Stored data entries:
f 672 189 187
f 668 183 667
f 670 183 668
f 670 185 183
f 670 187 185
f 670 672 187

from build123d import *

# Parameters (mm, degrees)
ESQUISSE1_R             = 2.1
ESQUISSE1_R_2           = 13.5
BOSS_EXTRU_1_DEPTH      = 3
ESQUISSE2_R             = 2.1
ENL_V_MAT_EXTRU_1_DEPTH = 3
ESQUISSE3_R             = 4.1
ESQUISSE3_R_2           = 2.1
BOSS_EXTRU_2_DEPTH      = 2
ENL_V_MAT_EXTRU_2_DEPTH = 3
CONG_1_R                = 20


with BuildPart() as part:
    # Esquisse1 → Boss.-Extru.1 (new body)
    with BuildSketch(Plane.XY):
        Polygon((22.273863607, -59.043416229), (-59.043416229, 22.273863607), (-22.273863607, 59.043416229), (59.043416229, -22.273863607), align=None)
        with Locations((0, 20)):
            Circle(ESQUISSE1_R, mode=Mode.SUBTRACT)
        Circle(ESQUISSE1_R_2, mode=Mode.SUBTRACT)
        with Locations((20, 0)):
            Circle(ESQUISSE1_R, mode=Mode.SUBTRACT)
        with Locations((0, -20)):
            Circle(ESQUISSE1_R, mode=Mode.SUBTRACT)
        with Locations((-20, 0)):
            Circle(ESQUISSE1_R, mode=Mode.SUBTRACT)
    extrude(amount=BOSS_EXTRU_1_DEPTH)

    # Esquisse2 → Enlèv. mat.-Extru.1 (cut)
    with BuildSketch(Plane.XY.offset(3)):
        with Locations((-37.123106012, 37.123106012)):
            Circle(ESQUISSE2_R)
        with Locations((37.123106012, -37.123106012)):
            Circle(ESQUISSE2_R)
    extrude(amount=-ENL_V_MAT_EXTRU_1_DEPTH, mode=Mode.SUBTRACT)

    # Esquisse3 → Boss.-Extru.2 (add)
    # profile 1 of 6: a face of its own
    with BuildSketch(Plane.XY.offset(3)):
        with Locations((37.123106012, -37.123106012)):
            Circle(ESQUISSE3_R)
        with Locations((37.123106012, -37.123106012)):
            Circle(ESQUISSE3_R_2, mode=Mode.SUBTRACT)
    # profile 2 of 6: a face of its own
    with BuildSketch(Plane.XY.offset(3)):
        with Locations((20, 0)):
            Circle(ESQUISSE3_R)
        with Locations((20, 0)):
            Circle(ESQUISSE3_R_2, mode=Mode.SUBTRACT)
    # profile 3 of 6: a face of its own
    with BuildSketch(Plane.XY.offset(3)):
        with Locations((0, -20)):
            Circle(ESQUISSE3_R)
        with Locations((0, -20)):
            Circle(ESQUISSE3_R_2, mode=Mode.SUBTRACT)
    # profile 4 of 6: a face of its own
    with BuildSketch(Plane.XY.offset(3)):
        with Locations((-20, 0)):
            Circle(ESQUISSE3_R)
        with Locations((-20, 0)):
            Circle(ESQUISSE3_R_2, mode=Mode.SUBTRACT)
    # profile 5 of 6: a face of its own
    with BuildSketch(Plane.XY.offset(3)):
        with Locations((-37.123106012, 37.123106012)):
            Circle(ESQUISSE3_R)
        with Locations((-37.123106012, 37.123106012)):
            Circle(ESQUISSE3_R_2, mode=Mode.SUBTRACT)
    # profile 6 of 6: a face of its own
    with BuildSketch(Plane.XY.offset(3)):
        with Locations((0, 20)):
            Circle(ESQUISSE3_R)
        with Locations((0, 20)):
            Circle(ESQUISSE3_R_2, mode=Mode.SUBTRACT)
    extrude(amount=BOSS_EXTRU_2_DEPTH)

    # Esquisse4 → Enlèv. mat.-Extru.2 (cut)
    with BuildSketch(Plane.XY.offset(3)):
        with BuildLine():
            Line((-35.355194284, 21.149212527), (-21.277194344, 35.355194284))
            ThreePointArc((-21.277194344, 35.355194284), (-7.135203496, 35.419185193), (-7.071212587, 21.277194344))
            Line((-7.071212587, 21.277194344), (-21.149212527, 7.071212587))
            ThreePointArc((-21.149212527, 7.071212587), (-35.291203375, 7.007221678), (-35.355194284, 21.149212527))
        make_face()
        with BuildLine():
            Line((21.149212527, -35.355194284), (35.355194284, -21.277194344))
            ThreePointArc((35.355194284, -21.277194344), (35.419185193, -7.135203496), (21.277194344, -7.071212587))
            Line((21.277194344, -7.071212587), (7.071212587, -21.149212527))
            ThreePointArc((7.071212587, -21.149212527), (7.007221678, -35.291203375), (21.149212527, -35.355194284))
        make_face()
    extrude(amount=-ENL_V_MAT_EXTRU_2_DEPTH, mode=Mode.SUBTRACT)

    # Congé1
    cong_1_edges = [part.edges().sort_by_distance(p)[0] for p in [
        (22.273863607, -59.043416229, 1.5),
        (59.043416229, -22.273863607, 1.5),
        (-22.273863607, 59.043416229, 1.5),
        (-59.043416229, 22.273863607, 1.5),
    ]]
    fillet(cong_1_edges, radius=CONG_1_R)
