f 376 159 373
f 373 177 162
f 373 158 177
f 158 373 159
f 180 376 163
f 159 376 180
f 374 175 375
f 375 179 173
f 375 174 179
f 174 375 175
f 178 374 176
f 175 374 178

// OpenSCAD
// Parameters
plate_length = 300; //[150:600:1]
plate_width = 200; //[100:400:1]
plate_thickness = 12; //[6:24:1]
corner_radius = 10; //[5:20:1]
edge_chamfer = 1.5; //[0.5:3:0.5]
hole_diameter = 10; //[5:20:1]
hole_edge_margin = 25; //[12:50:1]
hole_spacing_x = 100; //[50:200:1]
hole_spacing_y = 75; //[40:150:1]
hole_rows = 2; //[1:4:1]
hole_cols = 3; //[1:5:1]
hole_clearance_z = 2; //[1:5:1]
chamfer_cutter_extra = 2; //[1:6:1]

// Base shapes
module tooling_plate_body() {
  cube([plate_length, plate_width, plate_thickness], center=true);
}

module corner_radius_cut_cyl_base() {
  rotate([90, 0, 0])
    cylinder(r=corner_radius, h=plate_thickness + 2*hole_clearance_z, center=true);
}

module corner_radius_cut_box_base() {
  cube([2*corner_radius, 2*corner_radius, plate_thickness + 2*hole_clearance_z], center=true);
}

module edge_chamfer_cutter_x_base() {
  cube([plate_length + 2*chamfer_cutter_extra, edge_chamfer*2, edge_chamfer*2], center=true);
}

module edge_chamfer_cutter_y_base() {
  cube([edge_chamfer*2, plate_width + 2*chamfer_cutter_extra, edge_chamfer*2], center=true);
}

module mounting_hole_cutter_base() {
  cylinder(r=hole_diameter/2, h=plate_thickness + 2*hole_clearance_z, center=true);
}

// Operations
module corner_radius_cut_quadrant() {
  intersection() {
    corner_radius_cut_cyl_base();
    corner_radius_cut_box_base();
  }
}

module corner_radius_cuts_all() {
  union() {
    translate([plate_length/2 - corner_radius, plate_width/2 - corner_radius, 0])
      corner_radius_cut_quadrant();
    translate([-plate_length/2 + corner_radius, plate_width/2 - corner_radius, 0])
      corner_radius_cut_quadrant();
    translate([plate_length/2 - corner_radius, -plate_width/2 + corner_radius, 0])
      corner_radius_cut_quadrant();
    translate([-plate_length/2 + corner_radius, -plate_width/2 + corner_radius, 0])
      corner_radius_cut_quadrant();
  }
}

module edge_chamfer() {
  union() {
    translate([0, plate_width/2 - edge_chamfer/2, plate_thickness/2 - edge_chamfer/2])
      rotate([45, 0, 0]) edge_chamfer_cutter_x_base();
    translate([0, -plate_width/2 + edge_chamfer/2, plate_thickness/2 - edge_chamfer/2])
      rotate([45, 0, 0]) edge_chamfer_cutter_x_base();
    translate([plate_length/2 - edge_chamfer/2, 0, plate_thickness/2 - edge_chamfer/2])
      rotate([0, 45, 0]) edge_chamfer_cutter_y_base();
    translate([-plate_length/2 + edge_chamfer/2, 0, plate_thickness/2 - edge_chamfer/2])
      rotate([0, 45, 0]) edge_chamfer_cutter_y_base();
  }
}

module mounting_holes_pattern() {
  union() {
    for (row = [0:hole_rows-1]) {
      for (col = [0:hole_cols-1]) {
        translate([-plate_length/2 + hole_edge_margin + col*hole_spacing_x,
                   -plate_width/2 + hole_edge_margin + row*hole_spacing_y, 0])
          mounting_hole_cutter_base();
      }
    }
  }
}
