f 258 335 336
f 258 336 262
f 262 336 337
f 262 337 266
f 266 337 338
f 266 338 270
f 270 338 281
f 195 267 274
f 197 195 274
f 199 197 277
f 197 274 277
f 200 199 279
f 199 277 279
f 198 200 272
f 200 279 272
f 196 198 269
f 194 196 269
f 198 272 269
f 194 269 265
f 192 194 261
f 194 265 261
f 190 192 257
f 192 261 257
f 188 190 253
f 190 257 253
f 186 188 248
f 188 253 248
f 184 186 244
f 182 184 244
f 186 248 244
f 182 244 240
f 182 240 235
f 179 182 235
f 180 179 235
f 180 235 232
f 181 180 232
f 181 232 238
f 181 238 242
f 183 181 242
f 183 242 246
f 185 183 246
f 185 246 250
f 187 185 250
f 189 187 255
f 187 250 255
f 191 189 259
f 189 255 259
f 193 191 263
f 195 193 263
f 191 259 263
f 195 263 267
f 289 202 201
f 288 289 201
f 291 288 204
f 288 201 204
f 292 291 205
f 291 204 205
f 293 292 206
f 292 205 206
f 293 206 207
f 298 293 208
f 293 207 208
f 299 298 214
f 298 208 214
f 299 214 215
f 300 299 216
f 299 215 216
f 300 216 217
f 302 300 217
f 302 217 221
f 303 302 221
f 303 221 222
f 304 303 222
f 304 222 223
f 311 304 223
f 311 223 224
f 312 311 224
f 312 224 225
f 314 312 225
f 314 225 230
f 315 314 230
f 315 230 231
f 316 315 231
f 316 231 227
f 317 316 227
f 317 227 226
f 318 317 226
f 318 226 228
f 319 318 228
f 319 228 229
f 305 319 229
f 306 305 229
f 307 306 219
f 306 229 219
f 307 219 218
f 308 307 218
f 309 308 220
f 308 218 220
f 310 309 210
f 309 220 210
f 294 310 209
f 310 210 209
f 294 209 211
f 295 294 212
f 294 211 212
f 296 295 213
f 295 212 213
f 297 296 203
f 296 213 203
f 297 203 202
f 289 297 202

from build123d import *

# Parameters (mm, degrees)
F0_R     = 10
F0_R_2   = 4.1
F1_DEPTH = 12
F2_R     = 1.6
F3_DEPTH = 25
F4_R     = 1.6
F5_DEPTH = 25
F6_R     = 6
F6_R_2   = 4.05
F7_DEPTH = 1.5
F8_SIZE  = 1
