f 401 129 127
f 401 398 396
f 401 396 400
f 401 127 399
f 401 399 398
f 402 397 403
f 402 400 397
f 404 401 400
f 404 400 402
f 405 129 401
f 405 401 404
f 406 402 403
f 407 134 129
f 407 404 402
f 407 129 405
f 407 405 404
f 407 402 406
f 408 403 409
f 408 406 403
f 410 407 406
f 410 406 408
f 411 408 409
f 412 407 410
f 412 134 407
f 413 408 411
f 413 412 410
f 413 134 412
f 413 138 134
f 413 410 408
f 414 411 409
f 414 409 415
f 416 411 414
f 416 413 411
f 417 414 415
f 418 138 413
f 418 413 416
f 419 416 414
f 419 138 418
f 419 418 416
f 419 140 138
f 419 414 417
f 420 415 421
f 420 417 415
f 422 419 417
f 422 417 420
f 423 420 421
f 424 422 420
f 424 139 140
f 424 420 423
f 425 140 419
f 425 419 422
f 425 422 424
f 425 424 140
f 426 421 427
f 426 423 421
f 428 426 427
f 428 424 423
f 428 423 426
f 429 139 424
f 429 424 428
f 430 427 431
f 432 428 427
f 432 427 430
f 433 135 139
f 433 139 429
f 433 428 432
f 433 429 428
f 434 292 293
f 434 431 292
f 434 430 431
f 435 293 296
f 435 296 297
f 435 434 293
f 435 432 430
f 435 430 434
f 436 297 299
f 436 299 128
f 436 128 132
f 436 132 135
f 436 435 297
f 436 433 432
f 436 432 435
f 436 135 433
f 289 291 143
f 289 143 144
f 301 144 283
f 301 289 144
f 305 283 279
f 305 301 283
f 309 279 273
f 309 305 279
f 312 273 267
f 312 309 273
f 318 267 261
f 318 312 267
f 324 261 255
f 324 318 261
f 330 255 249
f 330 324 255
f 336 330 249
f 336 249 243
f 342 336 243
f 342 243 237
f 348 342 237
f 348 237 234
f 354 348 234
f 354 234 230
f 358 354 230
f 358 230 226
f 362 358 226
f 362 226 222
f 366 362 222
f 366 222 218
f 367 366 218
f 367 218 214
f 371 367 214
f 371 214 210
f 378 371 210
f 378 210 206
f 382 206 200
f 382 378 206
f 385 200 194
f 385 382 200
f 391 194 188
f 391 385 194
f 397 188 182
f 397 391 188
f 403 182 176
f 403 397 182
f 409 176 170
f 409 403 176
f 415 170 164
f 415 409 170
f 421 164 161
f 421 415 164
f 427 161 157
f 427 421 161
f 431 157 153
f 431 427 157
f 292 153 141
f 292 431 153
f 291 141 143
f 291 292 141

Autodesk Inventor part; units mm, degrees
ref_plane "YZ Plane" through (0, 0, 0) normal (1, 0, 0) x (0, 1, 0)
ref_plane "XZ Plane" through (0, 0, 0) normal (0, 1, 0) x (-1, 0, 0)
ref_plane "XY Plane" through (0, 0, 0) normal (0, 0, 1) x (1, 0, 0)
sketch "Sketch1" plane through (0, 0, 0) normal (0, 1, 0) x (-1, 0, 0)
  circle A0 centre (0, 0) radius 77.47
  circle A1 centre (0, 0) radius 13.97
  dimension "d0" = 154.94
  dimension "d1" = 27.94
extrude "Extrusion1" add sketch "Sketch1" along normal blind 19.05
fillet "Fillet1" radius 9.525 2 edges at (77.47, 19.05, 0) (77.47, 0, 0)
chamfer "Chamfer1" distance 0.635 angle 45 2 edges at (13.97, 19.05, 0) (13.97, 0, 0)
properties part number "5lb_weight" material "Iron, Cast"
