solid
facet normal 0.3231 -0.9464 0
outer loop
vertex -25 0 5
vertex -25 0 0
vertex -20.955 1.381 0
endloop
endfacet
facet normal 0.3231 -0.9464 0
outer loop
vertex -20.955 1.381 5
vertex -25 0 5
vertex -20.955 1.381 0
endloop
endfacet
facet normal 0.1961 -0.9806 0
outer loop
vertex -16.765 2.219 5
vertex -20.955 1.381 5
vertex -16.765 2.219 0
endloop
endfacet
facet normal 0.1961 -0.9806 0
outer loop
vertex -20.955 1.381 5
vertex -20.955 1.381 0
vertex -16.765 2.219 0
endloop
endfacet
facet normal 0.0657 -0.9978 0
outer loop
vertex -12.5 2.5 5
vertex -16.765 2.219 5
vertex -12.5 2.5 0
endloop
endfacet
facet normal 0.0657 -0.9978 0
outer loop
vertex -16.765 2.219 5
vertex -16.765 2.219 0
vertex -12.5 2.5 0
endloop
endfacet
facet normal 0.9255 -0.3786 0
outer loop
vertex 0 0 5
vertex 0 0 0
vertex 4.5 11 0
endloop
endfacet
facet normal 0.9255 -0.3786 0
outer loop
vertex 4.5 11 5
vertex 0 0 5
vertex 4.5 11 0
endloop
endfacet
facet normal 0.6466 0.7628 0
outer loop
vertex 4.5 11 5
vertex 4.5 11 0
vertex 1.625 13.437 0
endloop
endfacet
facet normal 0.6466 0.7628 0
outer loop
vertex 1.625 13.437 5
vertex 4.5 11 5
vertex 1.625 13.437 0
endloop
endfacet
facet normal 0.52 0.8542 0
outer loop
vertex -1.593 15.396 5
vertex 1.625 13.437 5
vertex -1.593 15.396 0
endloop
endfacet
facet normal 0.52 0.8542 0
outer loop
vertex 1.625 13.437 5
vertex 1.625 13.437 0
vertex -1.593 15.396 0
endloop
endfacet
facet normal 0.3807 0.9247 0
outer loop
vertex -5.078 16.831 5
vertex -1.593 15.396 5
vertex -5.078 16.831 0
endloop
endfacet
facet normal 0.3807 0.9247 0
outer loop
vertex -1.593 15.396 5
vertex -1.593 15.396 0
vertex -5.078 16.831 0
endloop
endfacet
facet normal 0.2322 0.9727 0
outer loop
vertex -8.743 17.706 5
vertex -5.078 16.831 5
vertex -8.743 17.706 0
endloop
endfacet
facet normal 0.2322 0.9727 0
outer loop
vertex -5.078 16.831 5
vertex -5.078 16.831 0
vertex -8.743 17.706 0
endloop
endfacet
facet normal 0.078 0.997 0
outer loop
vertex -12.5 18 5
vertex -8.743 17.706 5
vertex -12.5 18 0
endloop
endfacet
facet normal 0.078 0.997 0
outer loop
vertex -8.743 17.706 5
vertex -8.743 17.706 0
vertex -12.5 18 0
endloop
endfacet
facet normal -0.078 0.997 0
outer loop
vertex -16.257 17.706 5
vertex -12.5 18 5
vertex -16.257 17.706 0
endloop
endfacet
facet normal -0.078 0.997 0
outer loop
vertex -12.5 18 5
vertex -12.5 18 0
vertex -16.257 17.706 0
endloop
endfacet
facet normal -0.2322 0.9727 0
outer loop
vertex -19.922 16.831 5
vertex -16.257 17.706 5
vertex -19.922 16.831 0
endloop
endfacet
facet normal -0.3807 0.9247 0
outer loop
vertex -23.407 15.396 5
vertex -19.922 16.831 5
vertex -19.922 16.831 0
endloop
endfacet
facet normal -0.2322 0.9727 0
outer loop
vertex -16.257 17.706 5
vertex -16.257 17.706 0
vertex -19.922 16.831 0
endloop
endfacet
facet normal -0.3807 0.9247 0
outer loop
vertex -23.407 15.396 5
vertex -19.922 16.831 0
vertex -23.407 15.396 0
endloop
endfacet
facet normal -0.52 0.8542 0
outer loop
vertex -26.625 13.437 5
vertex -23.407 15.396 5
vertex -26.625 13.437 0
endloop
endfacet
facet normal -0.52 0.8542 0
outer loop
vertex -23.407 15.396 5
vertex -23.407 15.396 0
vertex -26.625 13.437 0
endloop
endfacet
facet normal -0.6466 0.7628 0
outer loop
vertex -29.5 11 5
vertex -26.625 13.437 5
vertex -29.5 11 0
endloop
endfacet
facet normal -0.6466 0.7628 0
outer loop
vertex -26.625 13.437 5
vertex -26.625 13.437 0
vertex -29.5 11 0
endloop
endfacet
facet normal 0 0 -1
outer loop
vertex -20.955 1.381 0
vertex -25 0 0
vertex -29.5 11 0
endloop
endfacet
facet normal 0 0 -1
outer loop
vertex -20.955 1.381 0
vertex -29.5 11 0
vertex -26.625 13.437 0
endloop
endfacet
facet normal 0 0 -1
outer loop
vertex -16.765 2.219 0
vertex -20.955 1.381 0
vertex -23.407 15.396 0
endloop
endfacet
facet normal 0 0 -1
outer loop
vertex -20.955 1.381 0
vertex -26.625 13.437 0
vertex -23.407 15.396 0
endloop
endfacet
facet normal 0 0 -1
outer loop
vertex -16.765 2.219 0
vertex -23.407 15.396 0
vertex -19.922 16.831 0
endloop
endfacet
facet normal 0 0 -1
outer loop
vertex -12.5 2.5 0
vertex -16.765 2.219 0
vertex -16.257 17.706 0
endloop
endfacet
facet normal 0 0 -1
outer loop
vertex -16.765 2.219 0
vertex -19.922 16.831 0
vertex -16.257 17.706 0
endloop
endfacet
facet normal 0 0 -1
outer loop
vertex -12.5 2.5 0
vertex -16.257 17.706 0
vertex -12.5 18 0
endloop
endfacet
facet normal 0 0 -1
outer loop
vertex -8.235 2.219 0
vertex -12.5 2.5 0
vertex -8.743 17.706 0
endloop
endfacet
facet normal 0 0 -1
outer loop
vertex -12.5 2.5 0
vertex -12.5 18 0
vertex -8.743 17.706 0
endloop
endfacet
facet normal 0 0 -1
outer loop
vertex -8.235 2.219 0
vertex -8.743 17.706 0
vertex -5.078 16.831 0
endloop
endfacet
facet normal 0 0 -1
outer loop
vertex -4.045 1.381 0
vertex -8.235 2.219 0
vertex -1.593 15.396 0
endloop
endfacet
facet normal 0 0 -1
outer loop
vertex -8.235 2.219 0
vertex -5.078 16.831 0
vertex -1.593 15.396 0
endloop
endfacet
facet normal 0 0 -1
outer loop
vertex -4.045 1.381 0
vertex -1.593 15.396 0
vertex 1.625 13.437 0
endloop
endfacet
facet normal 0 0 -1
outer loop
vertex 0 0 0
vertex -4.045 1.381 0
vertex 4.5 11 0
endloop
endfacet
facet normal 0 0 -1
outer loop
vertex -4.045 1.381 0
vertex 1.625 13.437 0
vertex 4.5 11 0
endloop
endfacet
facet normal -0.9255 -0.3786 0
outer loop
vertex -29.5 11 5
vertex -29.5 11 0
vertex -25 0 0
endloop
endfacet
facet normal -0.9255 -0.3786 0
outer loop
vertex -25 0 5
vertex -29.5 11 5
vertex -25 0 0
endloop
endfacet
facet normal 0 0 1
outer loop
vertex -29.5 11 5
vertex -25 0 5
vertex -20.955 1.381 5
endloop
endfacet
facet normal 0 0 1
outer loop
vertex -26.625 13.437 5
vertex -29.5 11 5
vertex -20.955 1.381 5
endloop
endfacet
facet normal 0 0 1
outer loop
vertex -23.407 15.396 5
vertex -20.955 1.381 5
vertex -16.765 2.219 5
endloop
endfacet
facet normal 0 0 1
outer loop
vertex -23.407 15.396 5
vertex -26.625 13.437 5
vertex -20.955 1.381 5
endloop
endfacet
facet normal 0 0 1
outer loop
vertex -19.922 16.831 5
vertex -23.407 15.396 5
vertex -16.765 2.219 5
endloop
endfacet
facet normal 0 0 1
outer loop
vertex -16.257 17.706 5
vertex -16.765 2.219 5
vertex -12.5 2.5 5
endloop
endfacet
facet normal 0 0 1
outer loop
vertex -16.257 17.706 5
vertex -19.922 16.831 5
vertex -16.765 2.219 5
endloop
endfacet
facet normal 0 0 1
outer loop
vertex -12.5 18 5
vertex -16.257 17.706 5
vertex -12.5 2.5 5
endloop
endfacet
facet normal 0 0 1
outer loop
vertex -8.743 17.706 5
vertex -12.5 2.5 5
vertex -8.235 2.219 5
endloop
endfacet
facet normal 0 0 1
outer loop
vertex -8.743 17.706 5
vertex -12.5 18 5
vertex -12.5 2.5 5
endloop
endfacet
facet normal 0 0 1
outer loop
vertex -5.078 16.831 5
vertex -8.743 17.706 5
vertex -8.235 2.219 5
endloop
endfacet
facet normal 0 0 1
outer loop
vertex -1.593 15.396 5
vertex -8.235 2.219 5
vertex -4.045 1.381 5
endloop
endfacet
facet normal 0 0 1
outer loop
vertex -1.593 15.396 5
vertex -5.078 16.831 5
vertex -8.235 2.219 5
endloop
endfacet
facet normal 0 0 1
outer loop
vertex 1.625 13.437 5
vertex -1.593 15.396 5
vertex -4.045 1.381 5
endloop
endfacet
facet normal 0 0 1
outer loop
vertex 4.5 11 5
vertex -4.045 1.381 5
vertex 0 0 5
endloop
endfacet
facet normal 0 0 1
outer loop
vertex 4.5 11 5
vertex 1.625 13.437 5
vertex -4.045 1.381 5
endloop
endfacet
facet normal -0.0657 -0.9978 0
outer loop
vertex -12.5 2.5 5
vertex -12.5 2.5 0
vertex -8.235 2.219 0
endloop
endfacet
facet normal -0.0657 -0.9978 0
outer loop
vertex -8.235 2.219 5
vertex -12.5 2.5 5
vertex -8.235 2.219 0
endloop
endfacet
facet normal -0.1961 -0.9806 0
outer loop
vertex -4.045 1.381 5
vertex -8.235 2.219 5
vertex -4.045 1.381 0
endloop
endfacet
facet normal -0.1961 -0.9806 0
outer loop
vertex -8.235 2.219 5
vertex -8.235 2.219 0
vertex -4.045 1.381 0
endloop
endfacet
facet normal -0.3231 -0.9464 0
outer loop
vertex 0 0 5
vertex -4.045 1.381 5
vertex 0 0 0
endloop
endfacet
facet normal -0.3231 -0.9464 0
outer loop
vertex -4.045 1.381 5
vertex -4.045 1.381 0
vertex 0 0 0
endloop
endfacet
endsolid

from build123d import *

# Parameters (mm, degrees)
F1_DEPTH = 5


with BuildPart() as f1:
    # F0 (on Top) → F1 (new body)
    with BuildSketch(Plane.XY):
        with BuildLine():
            ThreePointArc((-25, 0), (-18.873774, 1.868872), (-12.5, 2.5))
            Line((-12.5, 2.5), (-12.5, 11))
            Line((-12.5, 11), (-29.5, 11))
            Line((-29.5, 11), (-25, 0))
        make_face()
        with BuildLine():
            ThreePointArc((-12.5, 2.5), (-6.126226, 1.868872), (0, 0))
            Line((0, 0), (4.5, 11))
            ThreePointArc((4.5, 11), (-12.5, 18), (-29.5, 11))
            Line((-29.5, 11), (-12.5, 11))
            Line((-12.5, 11), (-12.5, 2.5))
        make_face()
    extrude(amount=F1_DEPTH)


solid = f1.part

**Action item**
Repeat the data word for word, starting at its first line and stopping after the line that contains "# Esquisse1 → Boss.-Extru.1 (new body)".

**Answer below**
f 672 189 187
f 668 183 667
f 670 183 668
f 670 185 183
f 670 187 185
f 670 672 187

from build123d import *

# Parameters (mm, degrees)
ESQUISSE1_R             = 2.1
ESQUISSE1_R_2           = 13.5
BOSS_EXTRU_1_DEPTH      = 3
ESQUISSE2_R             = 2.1
ENL_V_MAT_EXTRU_1_DEPTH = 3
ESQUISSE3_R             = 4.1
ESQUISSE3_R_2           = 2.1
BOSS_EXTRU_2_DEPTH      = 2
ENL_V_MAT_EXTRU_2_DEPTH = 3
CONG_1_R                = 20


with BuildPart() as part:
    # Esquisse1 → Boss.-Extru.1 (new body)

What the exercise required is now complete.